Extracted information ::
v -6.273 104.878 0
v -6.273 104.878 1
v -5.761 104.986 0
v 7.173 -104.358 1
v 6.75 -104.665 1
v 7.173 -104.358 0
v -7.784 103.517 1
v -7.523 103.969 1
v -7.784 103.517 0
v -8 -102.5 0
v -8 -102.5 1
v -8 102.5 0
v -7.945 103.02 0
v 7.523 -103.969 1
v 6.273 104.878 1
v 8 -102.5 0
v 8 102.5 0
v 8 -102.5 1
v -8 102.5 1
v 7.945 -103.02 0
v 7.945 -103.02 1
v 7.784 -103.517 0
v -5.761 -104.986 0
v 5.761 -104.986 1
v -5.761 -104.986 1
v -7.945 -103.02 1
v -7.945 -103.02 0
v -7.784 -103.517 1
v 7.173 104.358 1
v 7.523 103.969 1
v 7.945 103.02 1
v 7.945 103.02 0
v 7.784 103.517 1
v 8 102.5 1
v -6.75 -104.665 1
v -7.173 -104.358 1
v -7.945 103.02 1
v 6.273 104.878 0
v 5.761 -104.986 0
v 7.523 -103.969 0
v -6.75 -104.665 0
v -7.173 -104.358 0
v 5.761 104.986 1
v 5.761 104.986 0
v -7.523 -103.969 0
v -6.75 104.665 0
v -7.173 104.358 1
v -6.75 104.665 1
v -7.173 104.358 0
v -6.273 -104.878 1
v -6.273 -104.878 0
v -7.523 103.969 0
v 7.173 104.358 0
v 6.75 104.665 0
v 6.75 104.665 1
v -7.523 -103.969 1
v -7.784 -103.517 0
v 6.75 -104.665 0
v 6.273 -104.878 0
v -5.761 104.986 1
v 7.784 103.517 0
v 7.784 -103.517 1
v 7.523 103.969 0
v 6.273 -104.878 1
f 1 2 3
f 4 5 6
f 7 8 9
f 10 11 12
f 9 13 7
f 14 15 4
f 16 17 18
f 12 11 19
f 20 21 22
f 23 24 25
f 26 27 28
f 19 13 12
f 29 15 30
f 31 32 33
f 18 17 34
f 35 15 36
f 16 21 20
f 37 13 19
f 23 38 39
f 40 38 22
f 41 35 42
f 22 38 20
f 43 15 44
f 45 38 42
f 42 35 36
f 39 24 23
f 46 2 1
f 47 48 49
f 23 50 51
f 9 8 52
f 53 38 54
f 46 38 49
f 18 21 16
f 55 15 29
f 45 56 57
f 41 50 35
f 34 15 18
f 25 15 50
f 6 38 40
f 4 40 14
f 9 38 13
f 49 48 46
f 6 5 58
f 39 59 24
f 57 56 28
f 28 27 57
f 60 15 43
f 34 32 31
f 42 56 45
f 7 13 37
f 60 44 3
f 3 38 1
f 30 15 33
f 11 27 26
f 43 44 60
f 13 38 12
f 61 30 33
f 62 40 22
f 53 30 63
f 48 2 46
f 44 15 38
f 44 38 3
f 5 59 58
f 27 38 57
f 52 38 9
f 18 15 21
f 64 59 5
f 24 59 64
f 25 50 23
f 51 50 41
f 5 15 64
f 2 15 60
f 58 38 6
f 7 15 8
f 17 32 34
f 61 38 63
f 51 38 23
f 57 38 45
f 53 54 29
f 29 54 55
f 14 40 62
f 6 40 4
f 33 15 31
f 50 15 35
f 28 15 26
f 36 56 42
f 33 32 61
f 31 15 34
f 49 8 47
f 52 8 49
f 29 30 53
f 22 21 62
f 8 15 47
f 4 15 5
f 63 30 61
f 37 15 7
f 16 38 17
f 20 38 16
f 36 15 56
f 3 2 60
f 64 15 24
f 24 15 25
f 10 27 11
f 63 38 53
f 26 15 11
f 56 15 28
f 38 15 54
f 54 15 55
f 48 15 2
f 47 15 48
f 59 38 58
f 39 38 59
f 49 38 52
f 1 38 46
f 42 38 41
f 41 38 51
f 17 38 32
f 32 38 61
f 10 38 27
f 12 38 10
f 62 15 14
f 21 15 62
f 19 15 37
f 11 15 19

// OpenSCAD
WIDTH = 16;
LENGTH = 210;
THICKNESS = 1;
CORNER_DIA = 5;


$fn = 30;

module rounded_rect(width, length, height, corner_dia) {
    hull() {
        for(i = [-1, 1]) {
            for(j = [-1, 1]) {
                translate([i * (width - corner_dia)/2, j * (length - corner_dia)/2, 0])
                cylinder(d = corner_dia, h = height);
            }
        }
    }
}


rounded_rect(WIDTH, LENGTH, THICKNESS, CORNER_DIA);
* * *
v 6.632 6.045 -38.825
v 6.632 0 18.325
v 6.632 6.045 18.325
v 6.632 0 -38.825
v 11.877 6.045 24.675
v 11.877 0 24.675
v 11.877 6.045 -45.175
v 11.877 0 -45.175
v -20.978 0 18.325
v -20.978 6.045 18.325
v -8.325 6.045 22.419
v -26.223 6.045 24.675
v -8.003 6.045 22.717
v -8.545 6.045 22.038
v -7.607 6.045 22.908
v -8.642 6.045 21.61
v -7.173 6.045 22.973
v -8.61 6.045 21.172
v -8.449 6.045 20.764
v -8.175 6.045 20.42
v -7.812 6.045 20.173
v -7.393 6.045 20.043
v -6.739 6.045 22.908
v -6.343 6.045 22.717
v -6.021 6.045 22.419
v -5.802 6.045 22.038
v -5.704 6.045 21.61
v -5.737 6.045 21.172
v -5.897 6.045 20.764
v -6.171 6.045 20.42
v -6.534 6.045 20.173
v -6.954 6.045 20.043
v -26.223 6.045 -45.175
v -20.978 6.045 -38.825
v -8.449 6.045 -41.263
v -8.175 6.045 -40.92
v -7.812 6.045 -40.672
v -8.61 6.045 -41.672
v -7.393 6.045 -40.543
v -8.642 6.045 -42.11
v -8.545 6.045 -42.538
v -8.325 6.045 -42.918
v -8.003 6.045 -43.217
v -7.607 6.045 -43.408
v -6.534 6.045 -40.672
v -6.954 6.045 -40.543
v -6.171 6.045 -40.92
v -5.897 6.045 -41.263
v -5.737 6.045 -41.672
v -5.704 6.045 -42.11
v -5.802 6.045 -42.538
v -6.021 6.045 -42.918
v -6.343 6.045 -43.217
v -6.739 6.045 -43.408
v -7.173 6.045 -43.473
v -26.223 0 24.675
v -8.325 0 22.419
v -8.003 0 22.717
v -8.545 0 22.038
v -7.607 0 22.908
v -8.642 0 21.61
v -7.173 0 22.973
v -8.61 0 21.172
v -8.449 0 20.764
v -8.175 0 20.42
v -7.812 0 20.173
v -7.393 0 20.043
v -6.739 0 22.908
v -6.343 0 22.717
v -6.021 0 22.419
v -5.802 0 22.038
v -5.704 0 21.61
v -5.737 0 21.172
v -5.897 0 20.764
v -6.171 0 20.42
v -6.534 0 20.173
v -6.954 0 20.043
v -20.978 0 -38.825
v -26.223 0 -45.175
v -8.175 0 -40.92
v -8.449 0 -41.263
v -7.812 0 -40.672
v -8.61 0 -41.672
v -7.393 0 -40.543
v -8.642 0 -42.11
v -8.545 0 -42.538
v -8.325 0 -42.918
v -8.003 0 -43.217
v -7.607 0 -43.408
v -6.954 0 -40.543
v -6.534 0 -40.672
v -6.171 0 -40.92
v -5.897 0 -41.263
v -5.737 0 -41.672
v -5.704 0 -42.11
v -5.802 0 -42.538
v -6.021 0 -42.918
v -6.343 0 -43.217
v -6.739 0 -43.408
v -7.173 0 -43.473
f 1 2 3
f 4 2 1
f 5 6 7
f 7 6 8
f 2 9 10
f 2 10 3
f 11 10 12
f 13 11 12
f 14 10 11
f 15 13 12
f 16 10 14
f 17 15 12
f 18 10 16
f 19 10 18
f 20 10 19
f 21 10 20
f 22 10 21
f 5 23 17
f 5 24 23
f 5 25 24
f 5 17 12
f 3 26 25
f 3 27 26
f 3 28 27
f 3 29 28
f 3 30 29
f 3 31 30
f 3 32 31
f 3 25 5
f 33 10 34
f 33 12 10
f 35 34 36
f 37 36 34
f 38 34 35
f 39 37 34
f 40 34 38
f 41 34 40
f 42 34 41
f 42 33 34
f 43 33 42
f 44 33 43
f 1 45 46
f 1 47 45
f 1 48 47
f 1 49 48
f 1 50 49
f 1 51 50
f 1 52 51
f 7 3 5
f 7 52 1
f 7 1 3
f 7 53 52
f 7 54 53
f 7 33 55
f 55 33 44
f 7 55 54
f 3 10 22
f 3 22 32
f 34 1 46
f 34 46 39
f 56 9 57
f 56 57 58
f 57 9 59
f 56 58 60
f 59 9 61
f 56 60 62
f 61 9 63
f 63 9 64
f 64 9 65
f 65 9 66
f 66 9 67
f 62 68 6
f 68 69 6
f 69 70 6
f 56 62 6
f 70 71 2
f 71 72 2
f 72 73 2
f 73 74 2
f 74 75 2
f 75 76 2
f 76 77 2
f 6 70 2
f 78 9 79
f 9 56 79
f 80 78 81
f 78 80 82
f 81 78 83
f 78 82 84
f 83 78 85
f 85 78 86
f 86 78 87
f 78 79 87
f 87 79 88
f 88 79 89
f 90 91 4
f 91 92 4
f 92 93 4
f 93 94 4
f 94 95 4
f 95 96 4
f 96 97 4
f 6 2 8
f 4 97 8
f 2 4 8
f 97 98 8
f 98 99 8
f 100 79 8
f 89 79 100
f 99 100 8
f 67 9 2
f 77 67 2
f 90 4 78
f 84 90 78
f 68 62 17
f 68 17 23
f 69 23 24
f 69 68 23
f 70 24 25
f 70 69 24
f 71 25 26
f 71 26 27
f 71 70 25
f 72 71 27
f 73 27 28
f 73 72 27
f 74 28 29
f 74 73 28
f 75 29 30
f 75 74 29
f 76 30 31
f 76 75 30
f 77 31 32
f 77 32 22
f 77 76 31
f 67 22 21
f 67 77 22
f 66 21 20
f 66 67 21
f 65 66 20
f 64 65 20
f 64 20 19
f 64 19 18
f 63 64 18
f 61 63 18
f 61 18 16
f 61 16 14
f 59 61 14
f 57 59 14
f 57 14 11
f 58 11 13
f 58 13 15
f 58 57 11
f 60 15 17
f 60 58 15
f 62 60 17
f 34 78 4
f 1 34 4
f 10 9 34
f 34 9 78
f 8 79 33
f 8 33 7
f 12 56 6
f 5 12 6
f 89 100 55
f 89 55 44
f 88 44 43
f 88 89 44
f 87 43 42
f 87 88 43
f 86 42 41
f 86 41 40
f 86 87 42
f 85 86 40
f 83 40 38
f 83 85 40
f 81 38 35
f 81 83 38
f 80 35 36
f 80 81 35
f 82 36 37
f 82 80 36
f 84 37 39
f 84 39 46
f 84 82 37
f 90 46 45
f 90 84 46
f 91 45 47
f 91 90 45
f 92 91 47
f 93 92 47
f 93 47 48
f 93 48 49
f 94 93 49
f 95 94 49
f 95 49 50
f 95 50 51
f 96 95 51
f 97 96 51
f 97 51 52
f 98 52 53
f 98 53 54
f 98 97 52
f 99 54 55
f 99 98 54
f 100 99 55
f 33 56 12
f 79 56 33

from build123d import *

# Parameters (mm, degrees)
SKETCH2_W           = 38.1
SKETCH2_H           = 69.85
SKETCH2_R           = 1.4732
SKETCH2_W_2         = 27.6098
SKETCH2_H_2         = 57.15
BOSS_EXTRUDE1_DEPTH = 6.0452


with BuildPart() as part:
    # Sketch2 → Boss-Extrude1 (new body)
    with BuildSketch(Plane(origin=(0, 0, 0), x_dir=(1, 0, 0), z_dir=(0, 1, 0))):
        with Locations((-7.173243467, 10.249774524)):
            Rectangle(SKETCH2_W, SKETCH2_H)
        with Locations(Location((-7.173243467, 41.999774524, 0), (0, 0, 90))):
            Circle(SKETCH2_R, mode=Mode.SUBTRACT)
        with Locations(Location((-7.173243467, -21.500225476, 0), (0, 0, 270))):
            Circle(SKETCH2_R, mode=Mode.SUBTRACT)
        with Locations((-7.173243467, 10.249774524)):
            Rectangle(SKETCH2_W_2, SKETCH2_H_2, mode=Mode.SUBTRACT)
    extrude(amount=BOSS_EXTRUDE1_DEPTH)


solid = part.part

What you are asked to do ::
Retype word for word everything in the listing above from the line that holds "v -5.802 6.045 22.038" down to the line that holds "v -5.897 6.045 -41.263". Keep both end lines and leave out the rest.

Answer to this problem ::
v -5.802 6.045 22.038
v -5.704 6.045 21.61
v -5.737 6.045 21.172
v -5.897 6.045 20.764
v -6.171 6.045 20.42
v -6.534 6.045 20.173
v -6.954 6.045 20.043
v -26.223 6.045 -45.175
v -20.978 6.045 -38.825
v -8.449 6.045 -41.263
v -8.175 6.045 -40.92
v -7.812 6.045 -40.672
v -8.61 6.045 -41.672
v -7.393 6.045 -40.543
v -8.642 6.045 -42.11
v -8.545 6.045 -42.538
v -8.325 6.045 -42.918
v -8.003 6.045 -43.217
v -7.607 6.045 -43.408
v -6.534 6.045 -40.672
v -6.954 6.045 -40.543
v -6.171 6.045 -40.92
v -5.897 6.045 -41.263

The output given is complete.